On a previous occasion, Ravi Shankarji had almost taken a class before a programme, flanked by Anindo Chatterjee on one side and Dipak Chowdhury on the other. We were privy to everything from what he would play to how he would come on to the stage, thanks to Rabin pal, Ravi Shankarji’s organizer. He had kept a window open just a little bit and had told Partha Majumdar, a friend of ours, ‘Stand here and you’ll get to hear everything.’ Partha had taken me there. We two had stood there and seen a lot of how he demonstrated the Taalas.
On this occasion, we had used a similar opening to stand outside pt. Nikhil Banerjee’s greenroom. Ravishankarji was more conscious about these things, Pt. Nikhil Banerjee more oblivious. So through the open window I could see him having difficulties in fixing the string. Anindo Chatterjee asked him, “Kakababu (he used to call him that), can I have a look at that?” He said, “ No, not at all. I will do it my own.” Hiren Roy’s son, Amit Roy, or Bachchu as he was called, tried to lend a helping hand, but was allowed very little. He fixed the string till making the last kink at the end, allowing him only to fix the last gauge of the string with the left hand tuning pegs. Then he told Amit, referring to Hiren Roy, “Your father has not done the Jawari well this time.” which had been done the previous day.

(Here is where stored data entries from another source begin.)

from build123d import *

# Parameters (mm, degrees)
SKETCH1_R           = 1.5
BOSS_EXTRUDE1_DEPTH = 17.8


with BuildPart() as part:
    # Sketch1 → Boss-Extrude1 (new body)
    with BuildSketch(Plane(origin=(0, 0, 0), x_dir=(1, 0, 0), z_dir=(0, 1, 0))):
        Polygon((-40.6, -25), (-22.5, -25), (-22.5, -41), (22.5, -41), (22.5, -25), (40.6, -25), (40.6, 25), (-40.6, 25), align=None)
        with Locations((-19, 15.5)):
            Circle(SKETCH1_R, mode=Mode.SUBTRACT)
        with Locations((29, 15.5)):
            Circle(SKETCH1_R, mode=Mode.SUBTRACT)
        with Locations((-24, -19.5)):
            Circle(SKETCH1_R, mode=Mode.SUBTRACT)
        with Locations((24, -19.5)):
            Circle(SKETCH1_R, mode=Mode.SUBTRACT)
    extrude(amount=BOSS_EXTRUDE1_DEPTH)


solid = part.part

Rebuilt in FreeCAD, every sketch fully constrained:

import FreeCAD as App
import Part
import Sketcher
Q = App.Units.Quantity

doc = App.newDocument("Part")
body = doc.addObject("PartDesign::Body", "Body")

sketch1 = body.newObject("Sketcher::SketchObject", "Sketch")
sketch1.AttachmentSupport = (doc.getObject("XZ_Plane"), [""])
sketch1.MapMode = "FlatFace"
sketch1.addGeometry([
    Part.LineSegment(App.Vector(-40.6, 25, 0), App.Vector(-22.5, 25, 0)),
    Part.LineSegment(App.Vector(-22.5, 25, 0), App.Vector(-22.5, 41, 0)),
    Part.LineSegment(App.Vector(-22.5, 41, 0), App.Vector(22.5, 41, 0)),
    Part.LineSegment(App.Vector(22.5, 41, 0), App.Vector(22.5, 25, 0)),
    Part.LineSegment(App.Vector(22.5, 25, 0), App.Vector(40.6, 25, 0)),
    Part.LineSegment(App.Vector(40.6, 25, 0), App.Vector(40.6, -25, 0)),
    Part.LineSegment(App.Vector(40.6, -25, 0), App.Vector(-40.6, -25, 0)),
    Part.LineSegment(App.Vector(-40.6, -25, 0), App.Vector(-40.6, 25, 0)),
    Part.Circle(App.Vector(-24, 19.5, 0), App.Vector(0, 0, 1), 1.5),
    Part.Circle(App.Vector(24, 19.5, 0), App.Vector(0, 0, 1), 1.5),
    Part.Circle(App.Vector(-19, -15.5, 0), App.Vector(0, 0, 1), 1.5),
    Part.Circle(App.Vector(29, -15.5, 0), App.Vector(0, 0, 1), 1.5),
], False)
sketch1.addConstraint([
    Sketcher.Constraint("Coincident", 0, 2, 1, 1),
    Sketcher.Constraint("Coincident", 1, 2, 2, 1),
    Sketcher.Constraint("Coincident", 2, 2, 3, 1),
    Sketcher.Constraint("Coincident", 3, 2, 4, 1),
    Sketcher.Constraint("Coincident", 4, 2, 5, 1),
    Sketcher.Constraint("Coincident", 5, 2, 6, 1),
    Sketcher.Constraint("Coincident", 6, 2, 7, 1),
    Sketcher.Constraint("Coincident", 7, 2, 0, 1),
    Sketcher.Constraint("Horizontal", 0),
    Sketcher.Constraint("Vertical", 1),
    Sketcher.Constraint("Horizontal", 2),
    Sketcher.Constraint("Vertical", 3),
    Sketcher.Constraint("Horizontal", 4),
    Sketcher.Constraint("Vertical", 5),
    Sketcher.Constraint("Horizontal", 6),
    Sketcher.Constraint("Vertical", 7),
    Sketcher.Constraint("Equal", 8, 9),
    Sketcher.Constraint("Equal", 9, 10),
    Sketcher.Constraint("Equal", 10, 11),
    Sketcher.Constraint("Symmetric", 4, 2, 6, 2, -1, 1),
    Sketcher.Constraint("Symmetric", 8, 3, 9, 3, -2),
    Sketcher.Constraint("Symmetric", 0, 2, 3, 2, -2),
    Sketcher.Constraint("Horizontal", 10, 3, 11, 3),
    Sketcher.Constraint("Diameter", 8, Q("3 mm")),
    Sketcher.Constraint("DistanceX", 2, 1, 2, 2, Q("45 mm")),
    Sketcher.Constraint("DistanceY", 1, 1, 1, 2, Q("16 mm")),
    Sketcher.Constraint("DistanceY", 5, 2, 5, 1, Q("50 mm")),
    Sketcher.Constraint("DistanceX", 0, 1, 0, 2, Q("18.1 mm")),
    Sketcher.Constraint("DistanceX", 8, 3, -1, 1, Q("24 mm")),
    Sketcher.Constraint("DistanceX", 10, 3, -1, 1, Q("19 mm")),
    Sketcher.Constraint("DistanceX", -1, 1, 11, 3, Q("29 mm")),
    Sketcher.Constraint("DistanceY", 10, 3, 8, 3, Q("35 mm")),
    Sketcher.Constraint("DistanceY", -1, 1, 8, 3, Q("19.5 mm")),
])
pad1 = body.newObject("PartDesign::Pad", "Pad")
pad1.Profile = sketch1
pad1.Length = 17.8
pad1.Reversed = True

doc.recompute()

Nikhilbabu preferred a jawari that was neither too open nor too closed, something in between. This produced an outstanding sound, and when he performed Taans, there was a singular sound and you could hear just what was being played. I’ll take no names, but there are many taanbaaz Sitarists, who perform Taans at a blazing speed, at 8-times, sixteen-times or twenty-times even, but then the other strings start to respond and there is too much noise. This I had never heard from Pt. Nikhil Banerjee.
After the 80s, he became a bit slow, owing to ill health, but came to terms with that. He had mentioned this to some persons somewhere, while praising Ustad Vilayat Khan Sahab, of whom he was a great admirer. While listening to a Taan by Ustad Vilayat Khan Sahab, he lamented, “ Ah, I could have done such taans at a time, but my health has stopped me. I cannot perform them anymore. He had acquiesced not to perform taans beyond a certain Laya himself.
But the greatest thing about him was the sense inherent in his head. He used to travel alone, without any accompanist. I have heard it from people who used to plan his programmes abroad, from many other people including Tejen, that he was scheduled to play, say, at two programmes in Amsterdam with Zakir Hussain, one at London with Swapan Chaudhuri five at sundry locations with Anindo Chatterjee. But they were not travelling together, he travelled alone, and this with a high optical power, resulting from myopia and the surgery on the eye which was affected by the second or third stroke. I do not know how he did it, but he did so religiously.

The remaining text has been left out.